Disana disudut bar, mantan bosnya sedang mengobrol dengan salah satu pekerjanya, mas Agung.

"ternyata mas Agung masih kerja disini," gumannya pelan.

Ocha langsung melangkah menuju kasir untuk memesan. Ia merasa tidak perlu menghampiri mereka. biarkan saja mereka yang menyadari sendiri kehadirannya.

"atas nama siapa kak?"

"Ocha, saya duduk disana ya mbak" Ocha menunjuk meja yang selalu menjadi tempat favoritnya.

Hingga kopi pesanannya tinggal setengah, tidak ada satupun dari Malik atau pegawai lainnya yang mengenal Ocha menyadari kehadirannya.

Malik baru menyadari kehadiran Ocha ketika ia mengantarkan kopi pesanan pelangan yang duduk di seberang Ocha.

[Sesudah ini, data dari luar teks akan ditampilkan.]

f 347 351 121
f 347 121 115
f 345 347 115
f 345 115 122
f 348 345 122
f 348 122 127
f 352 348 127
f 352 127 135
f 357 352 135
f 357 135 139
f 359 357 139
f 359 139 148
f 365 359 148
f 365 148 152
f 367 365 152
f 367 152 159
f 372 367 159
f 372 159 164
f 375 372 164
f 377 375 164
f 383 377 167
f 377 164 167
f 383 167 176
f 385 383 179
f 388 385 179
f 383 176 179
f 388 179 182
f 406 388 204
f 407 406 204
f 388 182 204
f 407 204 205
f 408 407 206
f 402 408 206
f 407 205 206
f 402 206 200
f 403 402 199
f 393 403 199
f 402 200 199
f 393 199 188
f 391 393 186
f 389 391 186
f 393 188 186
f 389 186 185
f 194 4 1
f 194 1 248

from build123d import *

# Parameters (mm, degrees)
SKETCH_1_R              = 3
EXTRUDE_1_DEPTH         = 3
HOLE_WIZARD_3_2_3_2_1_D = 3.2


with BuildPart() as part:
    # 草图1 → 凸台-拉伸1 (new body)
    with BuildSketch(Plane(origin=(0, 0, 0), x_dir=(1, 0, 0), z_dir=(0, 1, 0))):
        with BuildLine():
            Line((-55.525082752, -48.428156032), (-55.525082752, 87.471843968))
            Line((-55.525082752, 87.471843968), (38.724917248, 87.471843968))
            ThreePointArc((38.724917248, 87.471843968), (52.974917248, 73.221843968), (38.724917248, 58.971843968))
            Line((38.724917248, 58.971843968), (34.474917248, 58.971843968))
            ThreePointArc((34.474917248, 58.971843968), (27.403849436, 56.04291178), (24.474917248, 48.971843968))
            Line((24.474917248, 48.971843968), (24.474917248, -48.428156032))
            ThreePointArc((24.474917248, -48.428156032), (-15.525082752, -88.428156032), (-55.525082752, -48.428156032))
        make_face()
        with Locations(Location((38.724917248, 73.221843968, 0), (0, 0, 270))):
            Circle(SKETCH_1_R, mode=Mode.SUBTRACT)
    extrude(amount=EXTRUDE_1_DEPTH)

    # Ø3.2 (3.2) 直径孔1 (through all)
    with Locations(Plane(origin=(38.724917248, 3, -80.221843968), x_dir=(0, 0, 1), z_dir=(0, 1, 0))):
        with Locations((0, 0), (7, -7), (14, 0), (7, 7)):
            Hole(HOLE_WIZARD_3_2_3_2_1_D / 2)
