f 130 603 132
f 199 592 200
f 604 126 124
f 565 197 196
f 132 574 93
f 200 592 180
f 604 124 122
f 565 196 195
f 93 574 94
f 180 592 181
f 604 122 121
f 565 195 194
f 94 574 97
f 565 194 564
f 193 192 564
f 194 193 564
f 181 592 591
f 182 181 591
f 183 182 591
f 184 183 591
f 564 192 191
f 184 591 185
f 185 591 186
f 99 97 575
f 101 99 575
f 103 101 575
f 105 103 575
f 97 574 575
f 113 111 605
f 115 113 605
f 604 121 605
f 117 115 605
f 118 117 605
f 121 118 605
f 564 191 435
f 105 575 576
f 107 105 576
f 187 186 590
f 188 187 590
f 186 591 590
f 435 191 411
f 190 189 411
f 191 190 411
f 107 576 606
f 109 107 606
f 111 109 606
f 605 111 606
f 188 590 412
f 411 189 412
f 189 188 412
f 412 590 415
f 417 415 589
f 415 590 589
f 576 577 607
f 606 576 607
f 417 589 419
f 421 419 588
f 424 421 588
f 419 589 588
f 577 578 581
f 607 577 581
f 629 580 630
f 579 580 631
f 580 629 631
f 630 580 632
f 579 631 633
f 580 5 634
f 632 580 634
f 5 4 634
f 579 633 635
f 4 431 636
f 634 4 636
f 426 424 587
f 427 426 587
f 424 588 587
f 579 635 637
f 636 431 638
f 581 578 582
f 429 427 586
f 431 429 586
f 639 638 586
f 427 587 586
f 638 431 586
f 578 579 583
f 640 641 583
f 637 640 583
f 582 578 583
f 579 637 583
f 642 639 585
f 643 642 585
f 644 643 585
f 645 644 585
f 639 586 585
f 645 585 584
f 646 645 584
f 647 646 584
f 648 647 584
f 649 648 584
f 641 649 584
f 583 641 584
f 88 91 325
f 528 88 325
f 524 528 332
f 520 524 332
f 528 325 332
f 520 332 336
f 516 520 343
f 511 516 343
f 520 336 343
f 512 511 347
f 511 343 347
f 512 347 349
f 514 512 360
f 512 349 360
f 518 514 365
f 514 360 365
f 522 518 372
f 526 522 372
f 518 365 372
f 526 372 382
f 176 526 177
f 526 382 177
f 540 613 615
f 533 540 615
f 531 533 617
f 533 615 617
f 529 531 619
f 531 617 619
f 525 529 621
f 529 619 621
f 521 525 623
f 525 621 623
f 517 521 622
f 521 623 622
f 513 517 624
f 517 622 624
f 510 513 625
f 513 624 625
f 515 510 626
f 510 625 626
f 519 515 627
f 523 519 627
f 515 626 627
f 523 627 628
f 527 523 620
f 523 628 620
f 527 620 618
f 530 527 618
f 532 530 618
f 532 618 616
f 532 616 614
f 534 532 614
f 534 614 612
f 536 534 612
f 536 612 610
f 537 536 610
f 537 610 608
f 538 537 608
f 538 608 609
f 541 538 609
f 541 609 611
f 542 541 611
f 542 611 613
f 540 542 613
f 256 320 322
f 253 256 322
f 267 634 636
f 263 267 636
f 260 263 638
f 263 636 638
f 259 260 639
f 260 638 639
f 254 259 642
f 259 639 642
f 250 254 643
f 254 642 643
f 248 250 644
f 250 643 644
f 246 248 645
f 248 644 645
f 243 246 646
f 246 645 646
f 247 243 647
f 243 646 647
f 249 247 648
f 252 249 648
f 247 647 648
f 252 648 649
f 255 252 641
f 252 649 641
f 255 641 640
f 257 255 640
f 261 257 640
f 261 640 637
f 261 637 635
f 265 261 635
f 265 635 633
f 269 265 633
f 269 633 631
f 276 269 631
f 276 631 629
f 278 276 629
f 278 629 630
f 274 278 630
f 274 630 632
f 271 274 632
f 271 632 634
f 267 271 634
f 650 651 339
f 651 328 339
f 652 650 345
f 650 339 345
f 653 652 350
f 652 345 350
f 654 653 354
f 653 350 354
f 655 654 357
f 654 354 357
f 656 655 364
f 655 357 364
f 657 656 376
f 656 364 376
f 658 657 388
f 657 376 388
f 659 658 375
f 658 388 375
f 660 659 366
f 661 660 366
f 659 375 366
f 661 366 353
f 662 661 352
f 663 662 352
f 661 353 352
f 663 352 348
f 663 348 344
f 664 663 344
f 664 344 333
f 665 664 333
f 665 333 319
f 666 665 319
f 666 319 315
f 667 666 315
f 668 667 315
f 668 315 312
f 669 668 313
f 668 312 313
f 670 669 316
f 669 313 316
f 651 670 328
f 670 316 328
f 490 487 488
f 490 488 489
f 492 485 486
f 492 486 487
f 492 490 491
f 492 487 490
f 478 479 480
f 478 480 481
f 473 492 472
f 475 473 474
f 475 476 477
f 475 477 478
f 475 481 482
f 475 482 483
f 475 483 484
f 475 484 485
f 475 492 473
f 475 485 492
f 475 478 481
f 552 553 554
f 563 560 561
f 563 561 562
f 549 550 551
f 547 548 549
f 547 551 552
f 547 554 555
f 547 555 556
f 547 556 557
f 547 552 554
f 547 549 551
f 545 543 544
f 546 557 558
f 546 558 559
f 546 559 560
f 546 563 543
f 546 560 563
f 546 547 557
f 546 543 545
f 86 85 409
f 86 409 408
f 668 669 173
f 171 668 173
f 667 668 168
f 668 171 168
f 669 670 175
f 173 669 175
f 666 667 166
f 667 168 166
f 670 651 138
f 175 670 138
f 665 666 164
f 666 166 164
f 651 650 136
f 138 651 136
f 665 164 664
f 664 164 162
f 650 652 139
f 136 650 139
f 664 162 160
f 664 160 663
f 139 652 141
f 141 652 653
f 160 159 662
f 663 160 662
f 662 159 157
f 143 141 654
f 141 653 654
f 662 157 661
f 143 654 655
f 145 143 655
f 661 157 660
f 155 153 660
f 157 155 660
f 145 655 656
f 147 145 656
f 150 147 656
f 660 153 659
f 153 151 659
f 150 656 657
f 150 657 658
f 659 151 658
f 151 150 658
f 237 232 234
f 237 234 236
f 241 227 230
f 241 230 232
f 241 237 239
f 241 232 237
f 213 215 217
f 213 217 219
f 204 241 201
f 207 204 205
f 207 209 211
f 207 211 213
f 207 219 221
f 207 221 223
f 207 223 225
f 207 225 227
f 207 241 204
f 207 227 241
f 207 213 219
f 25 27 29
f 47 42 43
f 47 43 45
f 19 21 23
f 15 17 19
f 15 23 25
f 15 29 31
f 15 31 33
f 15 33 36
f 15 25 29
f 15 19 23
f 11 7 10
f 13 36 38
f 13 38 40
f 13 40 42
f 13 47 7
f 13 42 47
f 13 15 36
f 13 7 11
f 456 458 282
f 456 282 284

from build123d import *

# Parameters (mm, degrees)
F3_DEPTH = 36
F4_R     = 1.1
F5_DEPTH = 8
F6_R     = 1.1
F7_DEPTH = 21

"Ocha?" panggilan Malik mengagetkan Ocha yang sedang fokus membaca komik di hpnya.

"ohh hai mas Malik" sapaan Ocha membuat Malik mengerutkan dahinya. Terakhir kali dia bertemu Ocha, gadis itu masih memanggilnya dengan sebutan pak bos. Yang berarti itu 6 bulan yang lalu ketika Ocha bekerja untuk terakhir kalinya di kedai ini.

"kenapa gak bilang kalau kamu kesini? Aku sama Agung di depan kok gak lihat kamu masuk ya?" tanya Malik sambil menarik kursi yang berada di samping Ocha.

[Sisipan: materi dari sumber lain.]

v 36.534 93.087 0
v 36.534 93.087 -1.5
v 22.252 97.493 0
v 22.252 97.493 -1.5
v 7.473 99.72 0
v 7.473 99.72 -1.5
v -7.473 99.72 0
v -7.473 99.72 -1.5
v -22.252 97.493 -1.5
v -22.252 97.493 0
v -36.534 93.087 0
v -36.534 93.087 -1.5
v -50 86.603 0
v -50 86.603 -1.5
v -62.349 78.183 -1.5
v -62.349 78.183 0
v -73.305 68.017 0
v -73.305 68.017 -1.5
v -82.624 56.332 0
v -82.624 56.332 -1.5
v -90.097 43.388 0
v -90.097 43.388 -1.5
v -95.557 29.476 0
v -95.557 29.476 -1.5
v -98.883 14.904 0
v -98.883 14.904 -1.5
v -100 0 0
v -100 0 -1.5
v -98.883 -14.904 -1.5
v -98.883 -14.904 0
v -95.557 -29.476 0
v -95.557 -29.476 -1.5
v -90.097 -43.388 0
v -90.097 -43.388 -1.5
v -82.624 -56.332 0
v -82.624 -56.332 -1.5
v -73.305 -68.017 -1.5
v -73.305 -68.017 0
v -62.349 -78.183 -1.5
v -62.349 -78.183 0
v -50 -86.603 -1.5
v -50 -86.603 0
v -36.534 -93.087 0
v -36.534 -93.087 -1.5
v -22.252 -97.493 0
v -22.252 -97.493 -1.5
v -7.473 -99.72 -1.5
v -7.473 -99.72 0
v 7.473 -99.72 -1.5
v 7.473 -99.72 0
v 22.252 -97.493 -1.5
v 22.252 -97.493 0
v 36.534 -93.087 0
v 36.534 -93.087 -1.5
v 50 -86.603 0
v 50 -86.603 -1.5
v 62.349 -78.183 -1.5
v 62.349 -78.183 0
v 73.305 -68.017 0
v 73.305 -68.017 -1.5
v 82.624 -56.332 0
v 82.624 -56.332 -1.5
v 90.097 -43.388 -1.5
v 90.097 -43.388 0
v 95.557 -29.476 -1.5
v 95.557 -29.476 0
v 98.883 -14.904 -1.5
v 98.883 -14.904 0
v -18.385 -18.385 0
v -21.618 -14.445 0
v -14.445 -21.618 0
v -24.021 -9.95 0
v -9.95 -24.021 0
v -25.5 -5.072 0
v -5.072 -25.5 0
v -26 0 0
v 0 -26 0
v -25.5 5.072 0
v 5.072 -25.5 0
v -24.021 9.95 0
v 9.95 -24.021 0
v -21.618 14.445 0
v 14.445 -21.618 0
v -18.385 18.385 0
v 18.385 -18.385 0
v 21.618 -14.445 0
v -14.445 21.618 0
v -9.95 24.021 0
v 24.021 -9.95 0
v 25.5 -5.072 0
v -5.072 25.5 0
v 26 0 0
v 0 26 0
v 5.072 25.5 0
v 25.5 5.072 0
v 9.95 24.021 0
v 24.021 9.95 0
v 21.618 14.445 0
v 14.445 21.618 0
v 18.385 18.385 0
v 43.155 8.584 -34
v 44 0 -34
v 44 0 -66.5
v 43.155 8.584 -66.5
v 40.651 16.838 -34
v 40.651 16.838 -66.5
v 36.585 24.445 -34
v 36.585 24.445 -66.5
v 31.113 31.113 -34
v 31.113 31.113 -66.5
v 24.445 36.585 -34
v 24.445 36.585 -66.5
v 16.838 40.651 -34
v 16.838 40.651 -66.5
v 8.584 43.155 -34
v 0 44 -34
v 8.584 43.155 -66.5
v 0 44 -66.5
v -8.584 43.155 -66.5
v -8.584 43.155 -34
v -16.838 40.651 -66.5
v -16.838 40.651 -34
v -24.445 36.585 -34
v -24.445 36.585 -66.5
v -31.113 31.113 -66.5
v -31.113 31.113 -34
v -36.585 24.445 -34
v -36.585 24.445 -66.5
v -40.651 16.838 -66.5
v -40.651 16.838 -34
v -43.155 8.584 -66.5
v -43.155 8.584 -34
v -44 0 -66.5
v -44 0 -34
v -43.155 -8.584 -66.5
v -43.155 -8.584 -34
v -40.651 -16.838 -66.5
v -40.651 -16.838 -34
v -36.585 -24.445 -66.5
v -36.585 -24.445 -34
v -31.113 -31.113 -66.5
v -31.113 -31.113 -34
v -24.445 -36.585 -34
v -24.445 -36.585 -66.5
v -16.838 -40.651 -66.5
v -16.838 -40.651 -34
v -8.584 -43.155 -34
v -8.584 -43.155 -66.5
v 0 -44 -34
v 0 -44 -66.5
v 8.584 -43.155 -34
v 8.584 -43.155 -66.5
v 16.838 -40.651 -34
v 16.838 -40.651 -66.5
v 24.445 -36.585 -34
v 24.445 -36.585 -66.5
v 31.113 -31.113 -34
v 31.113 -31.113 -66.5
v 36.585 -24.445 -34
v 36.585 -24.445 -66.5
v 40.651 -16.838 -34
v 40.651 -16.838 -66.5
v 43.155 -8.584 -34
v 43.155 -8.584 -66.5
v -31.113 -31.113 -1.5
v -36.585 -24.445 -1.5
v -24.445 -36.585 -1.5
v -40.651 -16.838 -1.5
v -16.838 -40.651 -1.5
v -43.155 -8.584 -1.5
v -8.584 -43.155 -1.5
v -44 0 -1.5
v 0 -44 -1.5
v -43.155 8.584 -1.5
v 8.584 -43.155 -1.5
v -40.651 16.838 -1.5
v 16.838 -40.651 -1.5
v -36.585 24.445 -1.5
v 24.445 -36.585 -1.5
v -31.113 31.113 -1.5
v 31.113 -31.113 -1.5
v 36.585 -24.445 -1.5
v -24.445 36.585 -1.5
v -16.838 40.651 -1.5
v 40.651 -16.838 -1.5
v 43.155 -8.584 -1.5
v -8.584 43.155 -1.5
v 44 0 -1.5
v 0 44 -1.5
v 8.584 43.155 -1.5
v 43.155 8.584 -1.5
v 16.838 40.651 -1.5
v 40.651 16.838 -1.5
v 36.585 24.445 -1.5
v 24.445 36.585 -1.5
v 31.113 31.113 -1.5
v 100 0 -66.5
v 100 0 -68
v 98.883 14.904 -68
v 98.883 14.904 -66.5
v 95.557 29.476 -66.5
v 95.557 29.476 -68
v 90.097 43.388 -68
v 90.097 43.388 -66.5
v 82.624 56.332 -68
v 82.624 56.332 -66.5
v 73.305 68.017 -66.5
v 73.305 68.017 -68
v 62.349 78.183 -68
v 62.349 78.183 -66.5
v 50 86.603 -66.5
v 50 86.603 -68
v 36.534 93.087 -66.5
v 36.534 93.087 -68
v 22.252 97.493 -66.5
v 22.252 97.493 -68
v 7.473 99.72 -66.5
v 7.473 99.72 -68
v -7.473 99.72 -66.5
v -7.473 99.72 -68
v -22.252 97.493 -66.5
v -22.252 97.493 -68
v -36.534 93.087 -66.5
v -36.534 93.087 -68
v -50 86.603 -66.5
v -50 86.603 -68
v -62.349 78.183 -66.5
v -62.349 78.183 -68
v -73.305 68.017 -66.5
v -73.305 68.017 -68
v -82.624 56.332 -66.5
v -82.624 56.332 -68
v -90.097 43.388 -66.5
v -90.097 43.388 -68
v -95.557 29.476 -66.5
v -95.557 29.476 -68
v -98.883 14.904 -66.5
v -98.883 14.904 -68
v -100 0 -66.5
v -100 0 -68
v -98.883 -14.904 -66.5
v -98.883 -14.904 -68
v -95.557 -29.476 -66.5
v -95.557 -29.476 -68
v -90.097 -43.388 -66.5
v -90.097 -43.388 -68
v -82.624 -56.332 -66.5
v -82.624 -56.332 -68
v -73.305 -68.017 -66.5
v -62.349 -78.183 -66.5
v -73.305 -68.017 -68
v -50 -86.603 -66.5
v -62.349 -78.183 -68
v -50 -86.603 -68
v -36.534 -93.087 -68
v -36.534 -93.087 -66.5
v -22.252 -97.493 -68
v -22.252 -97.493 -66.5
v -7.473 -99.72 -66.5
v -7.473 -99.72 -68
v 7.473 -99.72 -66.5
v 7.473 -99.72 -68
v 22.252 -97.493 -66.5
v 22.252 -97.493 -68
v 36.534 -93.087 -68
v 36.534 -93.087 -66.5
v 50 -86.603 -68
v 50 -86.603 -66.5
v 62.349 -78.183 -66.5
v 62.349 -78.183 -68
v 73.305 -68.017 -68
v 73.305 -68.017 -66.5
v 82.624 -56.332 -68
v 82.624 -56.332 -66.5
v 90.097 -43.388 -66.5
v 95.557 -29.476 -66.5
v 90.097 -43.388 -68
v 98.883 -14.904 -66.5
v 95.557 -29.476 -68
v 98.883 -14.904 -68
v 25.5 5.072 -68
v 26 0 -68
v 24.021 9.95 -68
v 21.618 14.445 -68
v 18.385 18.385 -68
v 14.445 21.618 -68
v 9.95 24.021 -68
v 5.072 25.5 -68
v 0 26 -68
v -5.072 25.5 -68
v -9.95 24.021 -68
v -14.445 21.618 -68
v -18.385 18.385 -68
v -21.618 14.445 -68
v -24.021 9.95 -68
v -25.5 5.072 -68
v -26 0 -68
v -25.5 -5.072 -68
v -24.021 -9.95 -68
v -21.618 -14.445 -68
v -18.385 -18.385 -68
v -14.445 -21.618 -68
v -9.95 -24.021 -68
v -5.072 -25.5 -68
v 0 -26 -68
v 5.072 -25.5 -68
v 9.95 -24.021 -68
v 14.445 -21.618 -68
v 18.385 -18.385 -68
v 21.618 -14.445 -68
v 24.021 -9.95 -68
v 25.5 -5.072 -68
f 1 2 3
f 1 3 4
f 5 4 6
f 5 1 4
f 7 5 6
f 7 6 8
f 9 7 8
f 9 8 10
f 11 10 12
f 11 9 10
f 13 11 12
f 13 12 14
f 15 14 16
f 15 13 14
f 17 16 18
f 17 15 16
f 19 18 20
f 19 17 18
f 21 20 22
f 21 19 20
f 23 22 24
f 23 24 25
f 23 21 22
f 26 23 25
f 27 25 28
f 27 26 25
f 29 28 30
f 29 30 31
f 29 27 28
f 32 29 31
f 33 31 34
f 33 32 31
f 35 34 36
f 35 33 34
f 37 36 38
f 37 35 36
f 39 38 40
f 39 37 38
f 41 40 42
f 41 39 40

Ocha merasa sedikit tidak nyaman menyadari bahwa mantan bos nya ingin duduk bersebalahan dengan dirinya.

Kenapa gak duduk di depanku aja sih? Ini terlalu dekat. Ocha sedikit menggeser kursinya menjauh.

"apa kabar Cha? Lama kita gak ketemu yaa, padahal masih satu kota," tanya Malik antusias tidak lupa dengan senyumannya yang lebar

"baik kok mas"

Setelah basa-basi, terjadi keheningan yang cukup lama antara Ocha dan Malik. Mereka biangung ingin berbicara soal apalagi. Kecanggungan ini terasa aneh untuk mereka berdua. Pasalnya hubungan Ocha dan Malik dulu terbilang baik. Malah Malik sering bilang ke semua teman atau kenalannya kalau Ocha adalah adiknya, bukan hanya pegawai di kedainya.

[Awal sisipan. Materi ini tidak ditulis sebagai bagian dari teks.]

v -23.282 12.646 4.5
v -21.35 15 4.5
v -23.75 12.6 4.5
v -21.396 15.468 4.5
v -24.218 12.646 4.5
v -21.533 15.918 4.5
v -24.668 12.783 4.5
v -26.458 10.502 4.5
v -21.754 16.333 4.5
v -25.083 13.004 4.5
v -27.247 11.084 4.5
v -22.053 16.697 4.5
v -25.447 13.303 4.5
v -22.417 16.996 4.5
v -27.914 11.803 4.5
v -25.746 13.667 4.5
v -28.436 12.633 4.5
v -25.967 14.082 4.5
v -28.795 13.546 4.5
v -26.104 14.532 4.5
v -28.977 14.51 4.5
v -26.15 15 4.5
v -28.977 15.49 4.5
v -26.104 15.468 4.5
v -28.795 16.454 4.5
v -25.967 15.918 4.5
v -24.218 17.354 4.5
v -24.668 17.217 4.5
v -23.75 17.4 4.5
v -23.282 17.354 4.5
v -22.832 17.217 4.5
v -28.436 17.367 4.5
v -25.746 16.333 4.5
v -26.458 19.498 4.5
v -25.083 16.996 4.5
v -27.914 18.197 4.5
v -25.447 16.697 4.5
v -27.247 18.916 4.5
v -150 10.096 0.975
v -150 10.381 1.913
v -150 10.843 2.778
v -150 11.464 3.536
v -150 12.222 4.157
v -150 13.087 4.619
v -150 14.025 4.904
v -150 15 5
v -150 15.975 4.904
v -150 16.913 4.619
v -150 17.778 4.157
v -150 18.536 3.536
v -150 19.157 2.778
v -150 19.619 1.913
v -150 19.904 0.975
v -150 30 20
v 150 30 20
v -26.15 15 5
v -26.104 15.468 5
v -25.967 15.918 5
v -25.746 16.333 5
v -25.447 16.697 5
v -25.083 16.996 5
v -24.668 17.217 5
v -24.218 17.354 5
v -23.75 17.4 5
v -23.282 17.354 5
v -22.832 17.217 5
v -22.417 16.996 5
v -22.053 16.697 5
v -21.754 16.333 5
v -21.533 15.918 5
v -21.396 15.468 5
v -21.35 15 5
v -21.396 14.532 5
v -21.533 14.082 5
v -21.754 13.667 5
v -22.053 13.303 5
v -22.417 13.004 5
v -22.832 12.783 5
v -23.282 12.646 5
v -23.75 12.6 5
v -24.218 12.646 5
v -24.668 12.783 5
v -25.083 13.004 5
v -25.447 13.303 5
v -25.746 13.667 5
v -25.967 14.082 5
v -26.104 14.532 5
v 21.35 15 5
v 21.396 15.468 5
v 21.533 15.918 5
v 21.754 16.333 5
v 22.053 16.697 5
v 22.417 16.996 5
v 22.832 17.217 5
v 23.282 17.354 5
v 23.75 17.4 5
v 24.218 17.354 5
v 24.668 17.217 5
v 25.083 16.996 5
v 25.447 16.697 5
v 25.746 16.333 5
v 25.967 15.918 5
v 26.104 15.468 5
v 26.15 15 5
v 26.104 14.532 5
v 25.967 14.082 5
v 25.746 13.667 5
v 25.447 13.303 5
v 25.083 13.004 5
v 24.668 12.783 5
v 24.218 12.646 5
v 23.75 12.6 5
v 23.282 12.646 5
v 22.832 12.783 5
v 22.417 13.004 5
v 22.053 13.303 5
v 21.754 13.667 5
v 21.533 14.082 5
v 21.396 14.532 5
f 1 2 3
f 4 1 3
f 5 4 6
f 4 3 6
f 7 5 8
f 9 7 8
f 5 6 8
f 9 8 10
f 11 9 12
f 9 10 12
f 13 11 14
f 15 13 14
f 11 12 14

"kamu masih marah soal yang dulu itu cha?" tanya Malik. Ia penasaran apakah datangnya Ocha ke kedainya berarti Ocha sudah memaafkan kesalahannya dulu.

Ocha hanya diam. Ditanya sefrontal itu membuat Ocha kebingungan. Ia tidak menyangka kalau Malik akan membuka luka lama mereka. Apakah ia sudah memaafkan Malik? Ocha sendiri tidak tahu.

Ocha menarik nafas panjang lalu mengelengkan kepala dan tersenyum, "udah gak marah kok mas."

Ocha memutuskan menjawab seperti itu karena tidak ingin membuka lembaran masa lalu. Terlalu menyakitkan.

"aku minta maaf Cha. Harusnya dulu aku percaya sama kamu." mendengar kalimat yang di ucapkan Malik membuat Ocha menutup mata. Ia tidak mau membahas apa yang sudah berlalu.

"gak usah dibahas mas. Bikin badmood. Mas gak sibuk?" Ocha berusaha mengalihkan pembicaraan.

Tetapi sepertinya Malik lebih berminat untuk membahas apa yang menjadi pertanyaannya selama ini, "harus dibahas Cha. Aku gak tau apa yang kamu pikirkan dulu. Waktu aku nuduh kamu, kamu cuman diem. Sama sekali gak membela diri. Aku sampai sekarang penasaran kenapa kamu kayak gitu"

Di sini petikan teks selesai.